Mukena Masjid Semestinya Jangan Dilipat, Begini Alasannya Menurut Ahli Kesehatan Masyarakat

Seorang ahli kesehatan masyarakat mendorong agar mukena masjid digantung saja, bukan dilipat seperti banyak dilakukan oleh jemaah.

oleh Dinny Mutiah diperbarui 17 Mar 2024, 06:00 WIB
Diterbitkan 17 Mar 2024, 06:00 WIB
Mukena Masjid Semestinya Jangan Dilipat, Begini Alasannya Menurut Ahli Kesehatan Masyarakat
Ilustrasi mukena masjid. (dok. Liputan6.com/Dinny Mutiah)

Liputan6.com, Jakarta Mukena adalah satu perlengkapan shalat yang disediakan di masjid atau musala umum. Fasilitas itu memudahkan orang yang tidak membawa perlengkapan shalat sendiri dengan berbagai alasan untuk tetap menjalankan kewajibannya sebagai seorang muslim.

Namun, karena penggunanya beragam, tingkat kebersihannya seringkali tak terjamin. Ahli kesehatan masyarakat sekaligus Ketua Pengurus Daerah DKI Jakarta Ikatan Ahli Kesehatan Masyarakat Indonesia (IAKMI), Narila Mutia Nasir menyebut salah satu risiko menggunakan mukena umum berkaitan dengan penyakit kulit.

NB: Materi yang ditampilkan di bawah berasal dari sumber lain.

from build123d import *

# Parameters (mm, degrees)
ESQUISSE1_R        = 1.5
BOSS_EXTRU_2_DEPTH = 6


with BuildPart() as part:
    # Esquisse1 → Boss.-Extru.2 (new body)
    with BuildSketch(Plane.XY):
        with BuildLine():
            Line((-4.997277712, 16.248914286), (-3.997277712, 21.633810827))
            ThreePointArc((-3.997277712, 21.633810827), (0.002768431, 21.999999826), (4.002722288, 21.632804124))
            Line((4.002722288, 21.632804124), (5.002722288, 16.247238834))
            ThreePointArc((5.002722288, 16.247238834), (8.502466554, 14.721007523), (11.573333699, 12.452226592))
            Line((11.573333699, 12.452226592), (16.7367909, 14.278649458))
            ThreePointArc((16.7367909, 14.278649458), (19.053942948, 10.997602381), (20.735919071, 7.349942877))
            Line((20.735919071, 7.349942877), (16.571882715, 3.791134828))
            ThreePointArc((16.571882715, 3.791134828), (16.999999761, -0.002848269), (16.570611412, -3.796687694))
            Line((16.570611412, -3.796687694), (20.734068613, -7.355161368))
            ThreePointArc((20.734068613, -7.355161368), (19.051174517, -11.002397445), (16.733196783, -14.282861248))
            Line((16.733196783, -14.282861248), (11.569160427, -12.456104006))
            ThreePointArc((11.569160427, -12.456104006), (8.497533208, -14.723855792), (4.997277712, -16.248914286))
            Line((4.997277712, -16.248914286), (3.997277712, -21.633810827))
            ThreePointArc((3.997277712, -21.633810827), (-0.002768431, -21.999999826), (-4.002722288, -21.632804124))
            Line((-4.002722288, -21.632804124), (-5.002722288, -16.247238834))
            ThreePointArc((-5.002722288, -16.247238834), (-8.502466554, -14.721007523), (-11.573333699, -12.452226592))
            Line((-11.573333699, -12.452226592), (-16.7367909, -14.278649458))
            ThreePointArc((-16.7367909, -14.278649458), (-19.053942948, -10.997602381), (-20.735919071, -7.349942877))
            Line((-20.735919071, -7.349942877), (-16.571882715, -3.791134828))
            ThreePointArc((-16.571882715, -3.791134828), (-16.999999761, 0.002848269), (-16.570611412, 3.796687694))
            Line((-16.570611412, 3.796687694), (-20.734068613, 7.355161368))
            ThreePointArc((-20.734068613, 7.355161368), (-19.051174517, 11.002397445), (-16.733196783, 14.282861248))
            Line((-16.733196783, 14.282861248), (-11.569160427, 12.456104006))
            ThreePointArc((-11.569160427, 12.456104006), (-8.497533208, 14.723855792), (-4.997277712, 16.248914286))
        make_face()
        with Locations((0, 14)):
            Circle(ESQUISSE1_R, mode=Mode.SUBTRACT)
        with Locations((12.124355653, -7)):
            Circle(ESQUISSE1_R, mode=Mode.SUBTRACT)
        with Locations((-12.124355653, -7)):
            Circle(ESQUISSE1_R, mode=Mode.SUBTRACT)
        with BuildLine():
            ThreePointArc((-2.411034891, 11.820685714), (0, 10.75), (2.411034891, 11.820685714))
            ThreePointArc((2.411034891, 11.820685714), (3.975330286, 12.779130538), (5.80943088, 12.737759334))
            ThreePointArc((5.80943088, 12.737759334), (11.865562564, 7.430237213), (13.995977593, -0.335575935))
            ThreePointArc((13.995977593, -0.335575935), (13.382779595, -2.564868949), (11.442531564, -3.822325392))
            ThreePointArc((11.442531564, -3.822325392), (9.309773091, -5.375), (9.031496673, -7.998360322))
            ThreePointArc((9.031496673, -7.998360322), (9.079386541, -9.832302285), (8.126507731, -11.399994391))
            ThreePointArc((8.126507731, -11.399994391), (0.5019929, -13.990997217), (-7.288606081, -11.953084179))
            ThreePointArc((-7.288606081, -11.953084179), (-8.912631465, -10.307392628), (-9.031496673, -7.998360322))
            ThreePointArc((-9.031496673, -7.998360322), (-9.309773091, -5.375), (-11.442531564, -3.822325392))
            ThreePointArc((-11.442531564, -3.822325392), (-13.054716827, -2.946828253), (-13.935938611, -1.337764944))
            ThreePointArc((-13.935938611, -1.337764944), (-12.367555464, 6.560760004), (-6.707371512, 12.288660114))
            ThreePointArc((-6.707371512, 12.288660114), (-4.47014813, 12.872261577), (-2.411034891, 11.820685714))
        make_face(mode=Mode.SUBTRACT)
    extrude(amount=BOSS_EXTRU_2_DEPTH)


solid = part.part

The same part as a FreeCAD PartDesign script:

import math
import FreeCAD as App
import Part
import Sketcher

V = App.Vector

doc = App.newDocument("Part")
body = doc.addObject("PartDesign::Body", "Body")

# Sketch on XY plane
sketch1 = body.newObject("Sketcher::SketchObject", "Sketch")
sketch1.AttachmentSupport = (doc.getObject("XY_Plane"), [""])
sketch1.MapMode = "FlatFace"
sketch1.addGeometry([
    Part.LineSegment(V(-4, 21.6, 0), V(-5, 16.2, 0)),  # 0
    Part.ArcOfCircle(Part.Circle(V(0, 0, 0), V(0, 0, 1), 17), math.radians(107), math.radians(133)),  # 1
    Part.LineSegment(V(-11.6, 12.5, 0), V(-16.7, 14.3, 0)),  # 2
    Part.ArcOfCircle(Part.Circle(V(0, 0, 0), V(0, 0, 1), 22), math.radians(140), math.radians(160)),  # 3
    Part.LineSegment(V(-20.7, 7.4, 0), V(-16.6, 3.8, 0)),  # 4
    Part.ArcOfCircle(Part.Circle(V(0, 0, 0), V(0, 0, 1), 17), math.radians(167), math.radians(193)),  # 5
    Part.LineSegment(V(-16.6, -3.8, 0), V(-20.7, -7.3, 0)),  # 6
    Part.ArcOfCircle(Part.Circle(V(0, 0, 0), V(0, 0, 1), 22), math.radians(-160), math.radians(-140)),  # 7
    Part.LineSegment(V(-16.7, -14.3, 0), V(-11.6, -12.5, 0)),  # 8
    Part.ArcOfCircle(Part.Circle(V(0, 0, 0), V(0, 0, 1), 17), math.radians(-133), math.radians(-107)),  # 9
    Part.LineSegment(V(-5, -16.2, 0), V(-4, -21.6, 0)),  # 10
    Part.ArcOfCircle(Part.Circle(V(0, 0, 0), V(0, 0, 1), 22), math.radians(-100), math.radians(-80)),  # 11
    Part.LineSegment(V(4, -21.6, 0), V(5, -16.2, 0)),  # 12
    Part.ArcOfCircle(Part.Circle(V(0, 0, 0), V(0, 0, 1), 17), math.radians(-73), math.radians(-47)),  # 13
    Part.LineSegment(V(11.6, -12.5, 0), V(16.7, -14.3, 0)),  # 14
    Part.ArcOfCircle(Part.Circle(V(0, 0, 0), V(0, 0, 1), 22), math.radians(-40), math.radians(-20)),  # 15
    Part.LineSegment(V(20.7, -7.4, 0), V(16.6, -3.8, 0)),  # 16
    Part.ArcOfCircle(Part.Circle(V(0, 0, 0), V(0, 0, 1), 17), math.radians(-13), math.radians(13)),  # 17
    Part.LineSegment(V(16.6, 3.8, 0), V(20.7, 7.3, 0)),  # 18
    Part.ArcOfCircle(Part.Circle(V(0, 0, 0), V(0, 0, 1), 22), math.radians(20), math.radians(40)),  # 19
    Part.LineSegment(V(16.7, 14.3, 0), V(11.6, 12.5, 0)),  # 20
    Part.ArcOfCircle(Part.Circle(V(0, 0, 0), V(0, 0, 1), 17), math.radians(47), math.radians(73)),  # 21
    Part.LineSegment(V(5, 16.2, 0), V(4, 21.6, 0)),  # 22
    Part.ArcOfCircle(Part.Circle(V(0, 0, 0), V(0, 0, 1), 22), math.radians(80), math.radians(100)),  # 23
    Part.Circle(V(12.1, -7, 0), V(0, 0, 1), 1.5),  # 24
    Part.Circle(V(-12.1, -7, 0), V(0, 0, 1), 1.5),  # 25
    Part.ArcOfCircle(Part.Circle(V(0, 14, 0), V(0, 0, 1), 3.3), math.radians(-138), math.radians(-42)),  # 26
    Part.ArcOfCircle(Part.Circle(V(4.8, 9.6, 0), V(0, 0, 1), 3.2), math.radians(72), math.radians(138)),  # 27
    Part.ArcOfCircle(Part.Circle(V(0, 0, 0), V(0, 0, 1), 14), math.radians(-1), math.radians(65)),  # 28
    Part.ArcOfCircle(Part.Circle(V(10.8, -0.6, 0), V(0, 0, 1), 3.2), math.radians(-78), math.radians(5)),  # 29
    Part.ArcOfCircle(Part.Circle(V(12.1, -7, 0), V(0, 0, 1), 3.3), math.radians(102), math.radians(198)),  # 30
    Part.ArcOfCircle(Part.Circle(V(5.9, -9, 0), V(0, 0, 1), 3.2), math.radians(-48), math.radians(18)),  # 31
    Part.ArcOfCircle(Part.Circle(V(0, 0, 0), V(0, 0, 1), 14), math.radians(-121), math.radians(-55)),  # 32
    Part.ArcOfCircle(Part.Circle(V(-5.9, -9, 0), V(0, 0, 1), 3.2), math.radians(162), math.radians(245)),  # 33
    Part.ArcOfCircle(Part.Circle(V(-12.1, -7, 0), V(0, 0, 1), 3.3), math.radians(-18), math.radians(78)),  # 34
    Part.ArcOfCircle(Part.Circle(V(-10.8, -0.6, 0), V(0, 0, 1), 3.2), math.radians(-168), math.radians(-102)),  # 35
    Part.ArcOfCircle(Part.Circle(V(0, 0, 0), V(0, 0, 1), 14), math.radians(119), math.radians(185)),  # 36
    Part.ArcOfCircle(Part.Circle(V(-4.8, 9.6, 0), V(0, 0, 1), 3.2), math.radians(42), math.radians(125)),  # 37
    Part.Circle(V(0, 14, 0), V(0, 0, 1), 1.5),  # 38
], False)
sketch1.addConstraint([
    Sketcher.Constraint("Coincident", 0, 2, 1, 1),
    Sketcher.Constraint("Coincident", 1, 2, 2, 1),
    Sketcher.Constraint("Coincident", 2, 2, 3, 1),
    Sketcher.Constraint("Coincident", 3, 2, 4, 1),
    Sketcher.Constraint("Coincident", 4, 2, 5, 1),
    Sketcher.Constraint("Coincident", 5, 2, 6, 1),
    Sketcher.Constraint("Coincident", 6, 2, 7, 1),
    Sketcher.Constraint("Coincident", 7, 2, 8, 1),
    Sketcher.Constraint("Coincident", 8, 2, 9, 1),
    Sketcher.Constraint("Coincident", 9, 2, 10, 1),
    Sketcher.Constraint("Coincident", 10, 2, 11, 1),
    Sketcher.Constraint("Coincident", 11, 2, 12, 1),
    Sketcher.Constraint("Coincident", 12, 2, 13, 1),
    Sketcher.Constraint("Coincident", 13, 2, 14, 1),
    Sketcher.Constraint("Coincident", 14, 2, 15, 1),
    Sketcher.Constraint("Coincident", 15, 2, 16, 1),
    Sketcher.Constraint("Coincident", 16, 2, 17, 1),
    Sketcher.Constraint("Coincident", 17, 2, 18, 1),
    Sketcher.Constraint("Coincident", 18, 2, 19, 1),
    Sketcher.Constraint("Coincident", 19, 2, 20, 1),
    Sketcher.Constraint("Coincident", 20, 2, 21, 1),
    Sketcher.Constraint("Coincident", 21, 2, 22, 1),
    Sketcher.Constraint("Coincident", 22, 2, 23, 1),
    Sketcher.Constraint("Coincident", 23, 2, 0, 1),
    Sketcher.Constraint("Tangent", 26, 2, 27, 2),
    Sketcher.Constraint("Coincident", 27, 1, 28, 2),
    Sketcher.Constraint("Coincident", 28, 1, 29, 2),
    Sketcher.Constraint("Tangent", 29, 1, 30, 1),
    Sketcher.Constraint("Tangent", 30, 2, 31, 2),
    Sketcher.Constraint("Coincident", 31, 1, 32, 2),
    Sketcher.Constraint("Coincident", 32, 1, 33, 2),
    Sketcher.Constraint("Tangent", 33, 1, 34, 1),
    Sketcher.Constraint("Tangent", 34, 2, 35, 2),
    Sketcher.Constraint("Coincident", 35, 1, 36, 2),
    Sketcher.Constraint("Coincident", 36, 1, 37, 2),
    Sketcher.Constraint("Tangent", 37, 1, 26, 1),
    Sketcher.Constraint("Coincident", 1, 3, -1, 1),
    Sketcher.Constraint("Coincident", 3, 3, -1, 1),
    Sketcher.Constraint("Coincident", 5, 3, -1, 1),
    Sketcher.Constraint("Coincident", 7, 3, -1, 1),
    Sketcher.Constraint("Coincident", 9, 3, -1, 1),
    Sketcher.Constraint("Coincident", 11, 3, -1, 1),
    Sketcher.Constraint("Coincident", 13, 3, -1, 1),
    Sketcher.Constraint("Coincident", 15, 3, -1, 1),
    Sketcher.Constraint("Coincident", 17, 3, -1, 1),
    Sketcher.Constraint("Coincident", 19, 3, -1, 1),
    Sketcher.Constraint("Coincident", 21, 3, -1, 1),
    Sketcher.Constraint("Coincident", 23, 3, -1, 1),
    Sketcher.Constraint("Coincident", 28, 3, -1, 1),
    Sketcher.Constraint("Coincident", 32, 3, -1, 1),
    Sketcher.Constraint("Coincident", 36, 3, -1, 1),
    Sketcher.Constraint("Coincident", 30, 3, 24, 3),
    Sketcher.Constraint("Coincident", 34, 3, 25, 3),
    Sketcher.Constraint("Coincident", 38, 3, 26, 3),
    Sketcher.Constraint("Equal", 1, 5),
    Sketcher.Constraint("Equal", 3, 7),
    Sketcher.Constraint("Equal", 5, 9),
    Sketcher.Constraint("Equal", 7, 11),
    Sketcher.Constraint("Equal", 9, 13),
    Sketcher.Constraint("Equal", 11, 15),
    Sketcher.Constraint("Equal", 13, 17),
    Sketcher.Constraint("Equal", 15, 19),
    Sketcher.Constraint("Equal", 17, 21),
    Sketcher.Constraint("Equal", 19, 23),
    Sketcher.Constraint("Equal", 24, 25),
    Sketcher.Constraint("Equal", 26, 27),
    Sketcher.Constraint("Equal", 27, 29),
    Sketcher.Constraint("Equal", 29, 30),
    Sketcher.Constraint("Equal", 30, 31),
    Sketcher.Constraint("Equal", 28, 32),
    Sketcher.Constraint("Equal", 31, 33),
    Sketcher.Constraint("Equal", 33, 34),
    Sketcher.Constraint("Equal", 34, 35),
    Sketcher.Constraint("Equal", 32, 36),
    Sketcher.Constraint("Equal", 35, 37),
    Sketcher.Constraint("Equal", 25, 38),
    Sketcher.Constraint("Symmetric", 24, 3, 25, 3, -2),
    Sketcher.Constraint("Symmetric", 27, 3, 37, 3, -2),
    Sketcher.Constraint("Parallel", 0, 12),
    Sketcher.Constraint("Parallel", 2, 14),
    Sketcher.Constraint("Parallel", 4, 16),
    Sketcher.Constraint("Parallel", 6, 18),
    Sketcher.Constraint("Parallel", 8, 20),
    Sketcher.Constraint("Parallel", 10, 22),
    Sketcher.Constraint("Horizontal", 31, 3, 33, 3),
    Sketcher.Constraint("Horizontal", 29, 3, 35, 3),
    Sketcher.Constraint("Equal", 0, 4),
    Sketcher.Constraint("Equal", 2, 6),
    Sketcher.Constraint("Equal", 4, 8),
    Sketcher.Constraint("Equal", 6, 10),
    Sketcher.Constraint("Equal", 8, 12),
    Sketcher.Constraint("Equal", 10, 14),
    Sketcher.Constraint("Equal", 12, 16),
    Sketcher.Constraint("Equal", 14, 18),
    Sketcher.Constraint("Equal", 16, 20),
    Sketcher.Constraint("Equal", 18, 22),
    Sketcher.Constraint("Diameter", 24, 3.0),
    Sketcher.Constraint("Radius", 1, 17.0),
    Sketcher.Constraint("Radius", 3, 22.0),
    Sketcher.Constraint("Radius", 28, 14.0),
    Sketcher.Constraint("Radius", 26, 3.25),
    Sketcher.Constraint("DistanceY", 24, 3, -1, 1, 7.0),
    Sketcher.Constraint("DistanceY", -1, 1, 26, 3, 14.0),
    Sketcher.Constraint("Distance", 0, 5.476962),
    Sketcher.Constraint("Distance", 2, 5.477619),
    Sketcher.Constraint("DistanceX", -1, 1, 27, 3, 4.82207),
    Sketcher.Constraint("DistanceY", 29, 3, -1, 1, 0.644651),
    Sketcher.Constraint("DistanceY", 31, 3, -1, 1, 8.996721),
    Sketcher.Constraint("DistanceX", 1, 2, -1, 1, 11.56916),
    Sketcher.Constraint("DistanceX", 3, 2, -1, 1, 20.734069),
    Sketcher.Constraint("DistanceX", 6, 2, -1, 1, 20.735919),
    Sketcher.Constraint("DistanceX", 7, 2, -1, 1, 16.736791),
    Sketcher.Constraint("DistanceY", 9, 2, -1, 1, 16.247239),
    Sketcher.Constraint("DistanceY", 11, 2, -1, 1, 21.633811),
    Sketcher.Constraint("DistanceX", -1, 1, 29, 1, 11.442532),
])
pad1 = body.newObject("PartDesign::Pad", "Pad")
pad1.Profile = sketch1
pad1.Length = 6

doc.recompute()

"Paling rentan kalau mukena habis basah, langsung dipakai. Setelah itu, enggak langsung digantung, tapi diuwel-uwel," kata Narila saat ditemui di sela Gerakan Masjid Bersih di Jakarta, Rabu, 6 Maret 2024.

Mukena yang basah, sambung dia, merupakan tempat yang tepat untuk bakteri dan jamur berkembang biak. Hal itu akan berdampak pada pengguna dengan kulit sensitif.

"Bayangkan (bakteri dan jamur) menempel di situ... Mungkin tiap orang berbeda reaksinya, pas kebetulan ada yang sensitif, langsung terkena penyakit kulit," ujarnya.

Sebagai langkah pencegahan, Narila meminta agar pengguna mukena umum di masjid menggantungnya setelah digunakan, bukan melipatnya dan taruh di lantai. Cara itu akan mengangin-anginkan mukena yang lembab sehingga lebih cepat kering. Tapi, solusi terbaik adalah membawa mukena sendiri.

"Saya pribadi paling enggak bawa mukena, kan sekarang banyak yang kecil-kecil, ditambah sajadah untuk muka ya. Itu untuk memastikan saja," sambung dia.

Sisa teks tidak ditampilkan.